Every line from the one with "# F11: intersect F4, F6, F10" to the one with "A parametric FreeCAD", including those two, is to be copied exactly; all other lines of the entries below are left out.
Segment Open
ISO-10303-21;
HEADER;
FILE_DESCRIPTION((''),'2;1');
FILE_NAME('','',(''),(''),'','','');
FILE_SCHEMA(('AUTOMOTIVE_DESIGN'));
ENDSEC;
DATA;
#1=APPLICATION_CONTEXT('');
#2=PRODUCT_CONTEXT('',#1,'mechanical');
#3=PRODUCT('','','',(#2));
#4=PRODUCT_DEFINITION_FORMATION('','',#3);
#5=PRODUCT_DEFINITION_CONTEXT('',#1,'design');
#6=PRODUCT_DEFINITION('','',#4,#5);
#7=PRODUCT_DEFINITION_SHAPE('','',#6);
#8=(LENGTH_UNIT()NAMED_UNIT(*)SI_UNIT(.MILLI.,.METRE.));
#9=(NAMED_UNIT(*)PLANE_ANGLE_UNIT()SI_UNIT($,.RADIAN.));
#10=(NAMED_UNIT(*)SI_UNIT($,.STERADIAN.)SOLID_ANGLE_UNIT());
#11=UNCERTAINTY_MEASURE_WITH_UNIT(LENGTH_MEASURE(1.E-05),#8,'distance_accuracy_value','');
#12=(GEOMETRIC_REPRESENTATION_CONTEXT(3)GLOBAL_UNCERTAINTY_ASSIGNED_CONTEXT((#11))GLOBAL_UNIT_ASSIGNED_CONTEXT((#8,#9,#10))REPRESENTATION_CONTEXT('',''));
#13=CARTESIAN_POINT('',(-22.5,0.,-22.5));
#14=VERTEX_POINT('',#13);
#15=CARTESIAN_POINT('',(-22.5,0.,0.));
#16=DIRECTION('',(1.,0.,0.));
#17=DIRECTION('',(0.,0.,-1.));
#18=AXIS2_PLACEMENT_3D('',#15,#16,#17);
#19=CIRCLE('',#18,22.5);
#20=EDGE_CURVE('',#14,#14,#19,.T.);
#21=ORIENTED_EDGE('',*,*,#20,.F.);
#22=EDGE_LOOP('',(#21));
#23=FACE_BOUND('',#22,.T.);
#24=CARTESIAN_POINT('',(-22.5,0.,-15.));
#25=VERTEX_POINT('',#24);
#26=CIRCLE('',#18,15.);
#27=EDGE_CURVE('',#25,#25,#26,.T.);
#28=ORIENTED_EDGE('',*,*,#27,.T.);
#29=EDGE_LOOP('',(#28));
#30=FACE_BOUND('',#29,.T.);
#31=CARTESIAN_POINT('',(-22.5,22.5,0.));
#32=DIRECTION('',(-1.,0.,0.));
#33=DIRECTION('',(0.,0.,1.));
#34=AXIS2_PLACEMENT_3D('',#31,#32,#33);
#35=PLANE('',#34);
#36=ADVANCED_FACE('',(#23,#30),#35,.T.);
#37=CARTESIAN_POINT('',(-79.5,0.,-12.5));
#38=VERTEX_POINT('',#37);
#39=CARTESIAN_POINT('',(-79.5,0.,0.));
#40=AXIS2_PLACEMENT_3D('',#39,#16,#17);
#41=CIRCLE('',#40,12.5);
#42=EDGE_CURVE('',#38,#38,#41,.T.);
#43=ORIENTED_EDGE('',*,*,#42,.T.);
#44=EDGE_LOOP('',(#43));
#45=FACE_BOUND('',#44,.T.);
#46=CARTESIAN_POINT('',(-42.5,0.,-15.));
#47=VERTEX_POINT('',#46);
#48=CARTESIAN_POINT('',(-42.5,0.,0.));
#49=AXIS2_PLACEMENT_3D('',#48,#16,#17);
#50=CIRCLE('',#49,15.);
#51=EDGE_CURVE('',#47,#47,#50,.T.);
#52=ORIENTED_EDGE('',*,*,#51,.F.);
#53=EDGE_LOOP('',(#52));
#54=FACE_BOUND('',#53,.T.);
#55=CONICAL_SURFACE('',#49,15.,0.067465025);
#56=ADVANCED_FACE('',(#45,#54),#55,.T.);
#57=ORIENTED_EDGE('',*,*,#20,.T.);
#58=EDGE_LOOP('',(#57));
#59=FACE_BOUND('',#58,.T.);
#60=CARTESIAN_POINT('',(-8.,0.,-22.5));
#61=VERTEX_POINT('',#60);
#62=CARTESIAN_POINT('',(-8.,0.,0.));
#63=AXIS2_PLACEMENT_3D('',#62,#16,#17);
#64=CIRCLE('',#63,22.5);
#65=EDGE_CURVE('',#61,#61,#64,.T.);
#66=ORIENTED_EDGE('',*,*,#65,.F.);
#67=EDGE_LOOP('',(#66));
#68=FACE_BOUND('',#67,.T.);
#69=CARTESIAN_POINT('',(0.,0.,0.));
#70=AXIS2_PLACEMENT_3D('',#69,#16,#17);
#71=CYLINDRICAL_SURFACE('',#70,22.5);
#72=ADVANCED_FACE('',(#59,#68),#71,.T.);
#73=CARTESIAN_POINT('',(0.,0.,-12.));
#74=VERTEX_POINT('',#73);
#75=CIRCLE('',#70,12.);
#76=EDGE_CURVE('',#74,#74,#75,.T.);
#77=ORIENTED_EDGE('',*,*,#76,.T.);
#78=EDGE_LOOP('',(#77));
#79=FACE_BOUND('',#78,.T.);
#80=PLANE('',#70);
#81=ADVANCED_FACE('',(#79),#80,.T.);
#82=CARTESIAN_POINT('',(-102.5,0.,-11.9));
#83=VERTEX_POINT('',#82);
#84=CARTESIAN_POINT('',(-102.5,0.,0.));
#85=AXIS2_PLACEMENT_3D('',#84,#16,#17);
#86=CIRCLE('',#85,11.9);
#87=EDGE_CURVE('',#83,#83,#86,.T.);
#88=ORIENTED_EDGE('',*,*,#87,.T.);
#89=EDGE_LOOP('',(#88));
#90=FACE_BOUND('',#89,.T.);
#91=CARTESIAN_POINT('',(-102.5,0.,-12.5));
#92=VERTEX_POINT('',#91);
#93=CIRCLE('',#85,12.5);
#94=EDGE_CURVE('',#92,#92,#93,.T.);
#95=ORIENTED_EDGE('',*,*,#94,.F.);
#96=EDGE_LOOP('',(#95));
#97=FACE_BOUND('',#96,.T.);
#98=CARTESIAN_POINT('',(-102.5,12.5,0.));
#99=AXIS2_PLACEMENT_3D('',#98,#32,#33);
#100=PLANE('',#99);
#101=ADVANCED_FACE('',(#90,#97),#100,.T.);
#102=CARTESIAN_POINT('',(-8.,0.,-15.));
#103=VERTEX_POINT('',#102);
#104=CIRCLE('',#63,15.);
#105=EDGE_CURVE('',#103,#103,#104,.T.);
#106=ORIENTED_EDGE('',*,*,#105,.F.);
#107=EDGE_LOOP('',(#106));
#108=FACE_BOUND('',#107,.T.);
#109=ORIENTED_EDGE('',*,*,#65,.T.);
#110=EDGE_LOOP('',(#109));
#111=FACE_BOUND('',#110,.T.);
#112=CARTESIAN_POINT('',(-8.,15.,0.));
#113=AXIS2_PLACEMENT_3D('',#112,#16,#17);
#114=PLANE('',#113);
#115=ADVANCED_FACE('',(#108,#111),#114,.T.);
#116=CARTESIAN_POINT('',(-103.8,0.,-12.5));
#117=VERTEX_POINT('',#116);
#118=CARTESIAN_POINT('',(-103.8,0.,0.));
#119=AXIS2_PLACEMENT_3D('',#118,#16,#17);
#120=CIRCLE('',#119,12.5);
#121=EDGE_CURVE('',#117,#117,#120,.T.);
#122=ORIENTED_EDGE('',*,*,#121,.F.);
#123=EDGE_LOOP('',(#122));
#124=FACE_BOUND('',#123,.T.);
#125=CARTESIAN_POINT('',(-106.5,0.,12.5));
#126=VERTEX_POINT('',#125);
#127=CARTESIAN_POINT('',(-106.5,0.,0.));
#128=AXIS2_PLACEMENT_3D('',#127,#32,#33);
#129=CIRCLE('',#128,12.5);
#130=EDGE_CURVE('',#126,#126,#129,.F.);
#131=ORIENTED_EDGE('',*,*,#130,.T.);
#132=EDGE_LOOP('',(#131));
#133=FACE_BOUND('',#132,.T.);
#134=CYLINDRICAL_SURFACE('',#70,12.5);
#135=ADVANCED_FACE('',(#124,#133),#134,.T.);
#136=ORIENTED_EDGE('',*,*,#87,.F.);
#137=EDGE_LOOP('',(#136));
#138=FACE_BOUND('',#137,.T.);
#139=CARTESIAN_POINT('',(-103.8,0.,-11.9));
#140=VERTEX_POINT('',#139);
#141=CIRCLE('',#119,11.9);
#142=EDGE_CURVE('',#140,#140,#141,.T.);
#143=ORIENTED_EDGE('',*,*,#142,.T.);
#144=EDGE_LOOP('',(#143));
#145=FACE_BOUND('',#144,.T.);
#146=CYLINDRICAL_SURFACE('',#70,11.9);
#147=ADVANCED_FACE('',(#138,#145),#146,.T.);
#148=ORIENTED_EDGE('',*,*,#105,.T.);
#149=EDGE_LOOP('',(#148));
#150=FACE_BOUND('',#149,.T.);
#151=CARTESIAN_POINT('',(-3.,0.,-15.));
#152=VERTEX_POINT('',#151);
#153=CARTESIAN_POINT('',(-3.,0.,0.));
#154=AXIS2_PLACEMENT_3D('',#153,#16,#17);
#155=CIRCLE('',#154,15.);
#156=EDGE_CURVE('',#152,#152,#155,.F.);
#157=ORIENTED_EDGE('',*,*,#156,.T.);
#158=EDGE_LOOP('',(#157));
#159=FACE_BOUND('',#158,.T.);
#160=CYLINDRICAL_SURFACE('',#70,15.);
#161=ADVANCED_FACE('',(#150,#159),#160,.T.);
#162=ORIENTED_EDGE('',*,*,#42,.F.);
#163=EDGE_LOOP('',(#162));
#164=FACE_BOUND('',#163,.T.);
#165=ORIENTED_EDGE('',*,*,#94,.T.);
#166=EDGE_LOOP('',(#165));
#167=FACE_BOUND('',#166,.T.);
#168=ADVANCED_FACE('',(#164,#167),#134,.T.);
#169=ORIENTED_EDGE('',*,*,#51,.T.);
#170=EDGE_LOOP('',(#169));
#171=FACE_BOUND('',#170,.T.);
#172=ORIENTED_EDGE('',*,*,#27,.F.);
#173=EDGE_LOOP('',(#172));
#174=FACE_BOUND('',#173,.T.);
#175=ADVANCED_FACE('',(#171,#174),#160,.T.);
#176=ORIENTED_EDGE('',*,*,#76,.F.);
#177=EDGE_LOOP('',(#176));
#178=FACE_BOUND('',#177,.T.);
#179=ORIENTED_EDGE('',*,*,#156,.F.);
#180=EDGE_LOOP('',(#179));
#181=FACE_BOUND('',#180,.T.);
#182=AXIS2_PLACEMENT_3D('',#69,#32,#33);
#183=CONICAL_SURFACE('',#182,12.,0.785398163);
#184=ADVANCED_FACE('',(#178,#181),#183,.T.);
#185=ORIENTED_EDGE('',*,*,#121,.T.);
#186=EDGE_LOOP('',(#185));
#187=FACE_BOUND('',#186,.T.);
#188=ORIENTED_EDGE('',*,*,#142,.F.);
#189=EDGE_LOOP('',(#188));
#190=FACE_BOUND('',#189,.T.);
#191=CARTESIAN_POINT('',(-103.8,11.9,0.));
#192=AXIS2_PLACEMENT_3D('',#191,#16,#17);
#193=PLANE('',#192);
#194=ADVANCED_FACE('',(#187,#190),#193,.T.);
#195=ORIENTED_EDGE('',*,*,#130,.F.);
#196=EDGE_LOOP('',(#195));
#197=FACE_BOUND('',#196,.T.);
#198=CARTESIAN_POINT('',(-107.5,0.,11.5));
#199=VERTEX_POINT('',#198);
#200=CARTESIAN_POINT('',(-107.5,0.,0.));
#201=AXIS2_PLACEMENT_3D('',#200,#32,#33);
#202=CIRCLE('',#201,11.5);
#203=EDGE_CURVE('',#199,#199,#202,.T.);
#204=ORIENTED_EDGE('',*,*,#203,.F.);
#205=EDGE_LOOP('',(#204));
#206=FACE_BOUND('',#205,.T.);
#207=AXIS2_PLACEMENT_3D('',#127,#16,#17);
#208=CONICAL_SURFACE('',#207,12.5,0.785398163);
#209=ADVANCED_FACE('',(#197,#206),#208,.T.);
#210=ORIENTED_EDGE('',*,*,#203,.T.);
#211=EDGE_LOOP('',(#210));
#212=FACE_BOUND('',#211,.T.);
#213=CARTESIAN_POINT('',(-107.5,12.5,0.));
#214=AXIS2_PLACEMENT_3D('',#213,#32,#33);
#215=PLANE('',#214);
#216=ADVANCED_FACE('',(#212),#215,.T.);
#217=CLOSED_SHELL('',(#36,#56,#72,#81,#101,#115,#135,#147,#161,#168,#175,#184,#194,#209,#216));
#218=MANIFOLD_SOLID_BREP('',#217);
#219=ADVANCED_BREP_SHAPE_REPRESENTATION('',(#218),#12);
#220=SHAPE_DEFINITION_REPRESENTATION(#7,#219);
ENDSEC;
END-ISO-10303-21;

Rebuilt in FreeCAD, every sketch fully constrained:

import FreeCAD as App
import Part
import Sketcher

V = App.Vector


def edges_at(feature, points):
    """Names of the edges that pass closest to the given points."""
    edges = feature.Shape.Edges
    near = lambda p: min(range(len(edges)), key=lambda i: edges[i].distToShape(Part.Vertex(*p))[0])
    return sorted({f"Edge{near(p) + 1}" for p in points})

doc = App.newDocument("Part")
body = doc.addObject("PartDesign::Body", "Body")

# Sketch on XY plane
sketch1 = body.newObject("Sketcher::SketchObject", "Sketch")
sketch1.AttachmentSupport = (doc.getObject("XY_Plane"), [""])
sketch1.MapMode = "FlatFace"
sketch1.addGeometry([
    Part.LineSegment(V(0, 0, 0), V(0, 15, 0)),  # 0
    Part.LineSegment(V(0, 15, 0), V(-8, 15, 0)),  # 1
    Part.LineSegment(V(-8, 15, 0), V(-8, 22.5, 0)),  # 2
    Part.LineSegment(V(-8, 22.5, 0), V(-22.5, 22.5, 0)),  # 3
    Part.LineSegment(V(-22.5, 22.5, 0), V(-22.5, 15, 0)),  # 4
    Part.LineSegment(V(-22.5, 15, 0), V(-42.5, 15, 0)),  # 5
    Part.LineSegment(V(-42.5, 15, 0), V(-79.5, 12.5, 0)),  # 6
    Part.LineSegment(V(-79.5, 12.5, 0), V(-102.5, 12.5, 0)),  # 7
    Part.LineSegment(V(-102.5, 12.5, 0), V(-102.5, 11.9, 0)),  # 8
    Part.LineSegment(V(-102.5, 11.9, 0), V(-103.8, 11.9, 0)),  # 9
    Part.LineSegment(V(-103.8, 11.9, 0), V(-103.8, 12.5, 0)),  # 10
    Part.LineSegment(V(-103.8, 12.5, 0), V(-107.5, 12.5, 0)),  # 11
    Part.LineSegment(V(-107.5, 12.5, 0), V(-107.5, 0, 0)),  # 12
    Part.LineSegment(V(-107.5, 0, 0), V(0, 0, 0)),  # 13
], False)
sketch1.addConstraint([
    Sketcher.Constraint("Coincident", 0, 2, 1, 1),
    Sketcher.Constraint("Coincident", 1, 2, 2, 1),
    Sketcher.Constraint("Coincident", 2, 2, 3, 1),
    Sketcher.Constraint("Coincident", 3, 2, 4, 1),
    Sketcher.Constraint("Coincident", 4, 2, 5, 1),
    Sketcher.Constraint("Coincident", 5, 2, 6, 1),
    Sketcher.Constraint("Coincident", 6, 2, 7, 1),
    Sketcher.Constraint("Coincident", 7, 2, 8, 1),
    Sketcher.Constraint("Coincident", 8, 2, 9, 1),
    Sketcher.Constraint("Coincident", 9, 2, 10, 1),
    Sketcher.Constraint("Coincident", 10, 2, 11, 1),
    Sketcher.Constraint("Coincident", 11, 2, 12, 1),
    Sketcher.Constraint("Coincident", 12, 2, 13, 1),
    Sketcher.Constraint("Coincident", 13, 2, 0, 1),
    Sketcher.Constraint("Vertical", 0),
    Sketcher.Constraint("Horizontal", 1),
    Sketcher.Constraint("Vertical", 2),
    Sketcher.Constraint("Horizontal", 3),
    Sketcher.Constraint("Vertical", 4),
    Sketcher.Constraint("Horizontal", 5),
    Sketcher.Constraint("Horizontal", 7),
    Sketcher.Constraint("Vertical", 8),
    Sketcher.Constraint("Horizontal", 9),
    Sketcher.Constraint("Vertical", 10),
    Sketcher.Constraint("Horizontal", 11),
    Sketcher.Constraint("Vertical", 12),
    Sketcher.Constraint("Horizontal", 13),
    Sketcher.Constraint("Coincident", 13, 2, -1, 1),
    Sketcher.Constraint("Horizontal", 1, 2, 4, 2),
    Sketcher.Constraint("Horizontal", 7, 2, 10, 2),
    Sketcher.Constraint("DistanceX", 1, 2, 1, 1, 8.0),
    Sketcher.Constraint("DistanceX", 5, 2, 5, 1, 20.0),
    Sketcher.Constraint("DistanceX", 7, 2, 7, 1, 23.0),
    Sketcher.Constraint("DistanceY", 0, 1, 0, 2, 15.0),
    Sketcher.Constraint("DistanceX", 3, 2, 3, 1, 14.5),
    Sketcher.Constraint("DistanceX", 9, 2, 9, 1, 1.3),
    Sketcher.Constraint("DistanceX", 11, 2, 11, 1, 3.7),
    Sketcher.Constraint("DistanceX", 13, 1, 13, 2, 107.5),
    Sketcher.Constraint("DistanceY", 2, 1, 2, 2, 7.5),
    Sketcher.Constraint("DistanceY", 8, 2, 8, 1, 0.6),
    Sketcher.Constraint("DistanceY", 12, 2, 12, 1, 12.5),
])
revolution = body.newObject("PartDesign::Revolution", "Revolution")
revolution.Profile = sketch1
revolution.ReferenceAxis = (sketch1, ["H_Axis"])
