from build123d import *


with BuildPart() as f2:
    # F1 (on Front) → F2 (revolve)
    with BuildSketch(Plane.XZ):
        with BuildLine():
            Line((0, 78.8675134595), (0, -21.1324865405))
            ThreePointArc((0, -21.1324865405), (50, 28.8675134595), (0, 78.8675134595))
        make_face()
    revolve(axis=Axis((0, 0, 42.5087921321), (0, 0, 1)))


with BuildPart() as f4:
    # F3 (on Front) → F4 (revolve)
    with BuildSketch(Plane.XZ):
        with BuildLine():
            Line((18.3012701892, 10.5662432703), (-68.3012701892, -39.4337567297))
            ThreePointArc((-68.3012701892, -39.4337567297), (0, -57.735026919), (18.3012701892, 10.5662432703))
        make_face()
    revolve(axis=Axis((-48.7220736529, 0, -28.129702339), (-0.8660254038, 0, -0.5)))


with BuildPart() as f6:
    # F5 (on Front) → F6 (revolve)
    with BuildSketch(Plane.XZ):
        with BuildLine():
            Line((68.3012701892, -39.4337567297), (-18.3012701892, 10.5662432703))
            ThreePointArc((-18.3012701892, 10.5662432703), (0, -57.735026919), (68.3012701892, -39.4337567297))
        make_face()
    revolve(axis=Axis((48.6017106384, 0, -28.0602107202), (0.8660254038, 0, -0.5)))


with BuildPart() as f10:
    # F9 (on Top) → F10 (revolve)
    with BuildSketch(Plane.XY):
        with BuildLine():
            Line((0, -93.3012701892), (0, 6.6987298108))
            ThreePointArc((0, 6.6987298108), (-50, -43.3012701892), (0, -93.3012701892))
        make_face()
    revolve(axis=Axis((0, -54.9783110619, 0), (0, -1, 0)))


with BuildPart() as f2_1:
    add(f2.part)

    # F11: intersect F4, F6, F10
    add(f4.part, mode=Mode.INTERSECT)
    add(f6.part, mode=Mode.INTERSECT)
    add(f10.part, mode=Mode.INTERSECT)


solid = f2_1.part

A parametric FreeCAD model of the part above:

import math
import FreeCAD as App
import Part
import Sketcher

V = App.Vector
Q = App.Units.Quantity

doc = App.newDocument("Part")
body = doc.addObject("PartDesign::Body", "Body")

sketch1 = body.newObject("Sketcher::SketchObject", "Sketch")
sketch1.AttachmentSupport = (doc.getObject("XZ_Plane"), [""])
sketch1.MapMode = "FlatFace"
sketch1.addGeometry(Part.LineSegment(V(0, 79, 0), V(0, -21, 0)), False)
sketch1.addGeometry(Part.ArcOfCircle(Part.Circle(V(0, 29, 0), V(0, 0, 1), 50), math.radians(-90), math.radians(90)), False)
sketch1.addConstraint(Sketcher.Constraint("Coincident", 0, 1, 1, 2))
sketch1.addConstraint(Sketcher.Constraint("Coincident", 1, 1, 0, 2))
sketch1.addConstraint(Sketcher.Constraint("Vertical", 0))
sketch1.addConstraint(Sketcher.Constraint("PointOnObject", 1, 3, -2))
sketch1.addConstraint(Sketcher.Constraint("PointOnObject", 0, 1, -2))
sketch1.addConstraint(Sketcher.Constraint("Radius", 1, Q("50 mm")))
sketch1.addConstraint(Sketcher.Constraint("DistanceY", -1, 1, 1, 3, Q("28.867513 mm")))
revolution = body.newObject("PartDesign::Revolution", "Revolution")
revolution.Profile = sketch1
revolution.ReferenceAxis = (sketch1, ["V_Axis"])
revolution.Angle = 360
body2 = doc.addObject("PartDesign::Body", "Body001")

sketch2 = body2.newObject("Sketcher::SketchObject", "Sketch001")
sketch2.AttachmentSupport = (doc.getObject("XZ_Plane001"), [""])
sketch2.MapMode = "FlatFace"
sketch2.addGeometry(Part.LineSegment(V(18, 11, 0), V(-68, -39, 0)), False)
sketch2.addGeometry(Part.ArcOfCircle(Part.Circle(V(-25, -14, 0), V(0, 0, 1), 50), math.radians(-150), math.radians(30)), False)
sketch2.addGeometry(Part.LineSegment(V(18, 11, 0), V(-68, -39, 0)), True)
sketch2.addConstraint(Sketcher.Constraint("Coincident", 0, 1, 1, 2))
sketch2.addConstraint(Sketcher.Constraint("Coincident", 1, 1, 0, 2))
sketch2.addConstraint(Sketcher.Constraint("Coincident", 2, 1, 0, 1))
sketch2.addConstraint(Sketcher.Constraint("Coincident", 2, 2, 1, 1))
sketch2.addConstraint(Sketcher.Constraint("Radius", 1, Q("50 mm")))
sketch2.addConstraint(Sketcher.Constraint("Angle", 0, Q("-150 deg")))
sketch2.addConstraint(Sketcher.Constraint("DistanceX", 1, 3, -1, 1, Q("25 mm")))
sketch2.addConstraint(Sketcher.Constraint("DistanceY", 1, 3, 0, 1, Q("25 mm")))
sketch2.addConstraint(Sketcher.Constraint("DistanceY", 1, 3, -1, 1, Q("14.433757 mm")))
revolution2 = body2.newObject("PartDesign::Revolution", "Revolution001")
revolution2.Profile = sketch2
revolution2.ReferenceAxis = (sketch2, ["Axis0"])
revolution2.Angle = 360
body3 = doc.addObject("PartDesign::Body", "Body002")

sketch3 = body3.newObject("Sketcher::SketchObject", "Sketch002")
sketch3.AttachmentSupport = (doc.getObject("XZ_Plane002"), [""])
sketch3.MapMode = "FlatFace"
sketch3.addGeometry(Part.LineSegment(V(68, -39, 0), V(-18, 11, 0)), False)
sketch3.addGeometry(Part.ArcOfCircle(Part.Circle(V(25, -14, 0), V(0, 0, 1), 50), math.radians(150), math.radians(330)), False)
sketch3.addGeometry(Part.LineSegment(V(-18, 11, 0), V(68, -39, 0)), True)
sketch3.addConstraint(Sketcher.Constraint("Coincident", 0, 1, 1, 2))
sketch3.addConstraint(Sketcher.Constraint("Coincident", 1, 1, 0, 2))
sketch3.addConstraint(Sketcher.Constraint("Coincident", 2, 1, 1, 1))
sketch3.addConstraint(Sketcher.Constraint("Coincident", 2, 2, 0, 1))
sketch3.addConstraint(Sketcher.Constraint("Radius", 1, Q("50 mm")))
sketch3.addConstraint(Sketcher.Constraint("Angle", 0, Q("150 deg")))
sketch3.addConstraint(Sketcher.Constraint("DistanceX", -1, 1, 1, 3, Q("25 mm")))
sketch3.addConstraint(Sketcher.Constraint("DistanceY", 0, 1, 1, 3, Q("25 mm")))
sketch3.addConstraint(Sketcher.Constraint("DistanceY", 1, 3, -1, 1, Q("14.433757 mm")))
revolution3 = body3.newObject("PartDesign::Revolution", "Revolution002")
revolution3.Profile = sketch3
revolution3.ReferenceAxis = (sketch3, ["Axis0"])
revolution3.Angle = 360
body4 = doc.addObject("PartDesign::Body", "Body003")

sketch4 = body4.newObject("Sketcher::SketchObject", "Sketch003")
sketch4.AttachmentSupport = (doc.getObject("XY_Plane003"), [""])
sketch4.MapMode = "FlatFace"
sketch4.addGeometry(Part.LineSegment(V(0, -93, 0), V(0, 7, 0)), False)
sketch4.addGeometry(Part.ArcOfCircle(Part.Circle(V(0, -43, 0), V(0, 0, 1), 50), math.radians(90), math.radians(270)), False)
sketch4.addConstraint(Sketcher.Constraint("Coincident", 0, 1, 1, 2))
sketch4.addConstraint(Sketcher.Constraint("Coincident", 1, 1, 0, 2))
sketch4.addConstraint(Sketcher.Constraint("Vertical", 0))
sketch4.addConstraint(Sketcher.Constraint("PointOnObject", 1, 3, -2))
sketch4.addConstraint(Sketcher.Constraint("PointOnObject", 0, 1, -2))
sketch4.addConstraint(Sketcher.Constraint("Radius", 1, Q("50 mm")))
sketch4.addConstraint(Sketcher.Constraint("DistanceY", 1, 3, -1, 1, Q("43.30127 mm")))
revolution4 = body4.newObject("PartDesign::Revolution", "Revolution003")
revolution4.Profile = sketch4
revolution4.ReferenceAxis = (sketch4, ["V_Axis"])
revolution4.Angle = 360
doc.recompute()

boolean = body.newObject("PartDesign::Boolean", "Boolean")
boolean.Type = "Common"
boolean.addObjects([body2])
doc.recompute()

boolean2 = body.newObject("PartDesign::Boolean", "Boolean001")
boolean2.Type = "Common"
boolean2.addObjects([body3])
doc.recompute()

boolean3 = body.newObject("PartDesign::Boolean", "Boolean002")
boolean3.Type = "Common"
boolean3.addObjects([body4])

doc.recompute()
Segment Closed
THE ANSWER:
    # F11: intersect F4, F6, F10
    add(f4.part, mode=Mode.INTERSECT)
    add(f6.part, mode=Mode.INTERSECT)
    add(f10.part, mode=Mode.INTERSECT)


solid = f2_1.part

A parametric FreeCAD model of the part above:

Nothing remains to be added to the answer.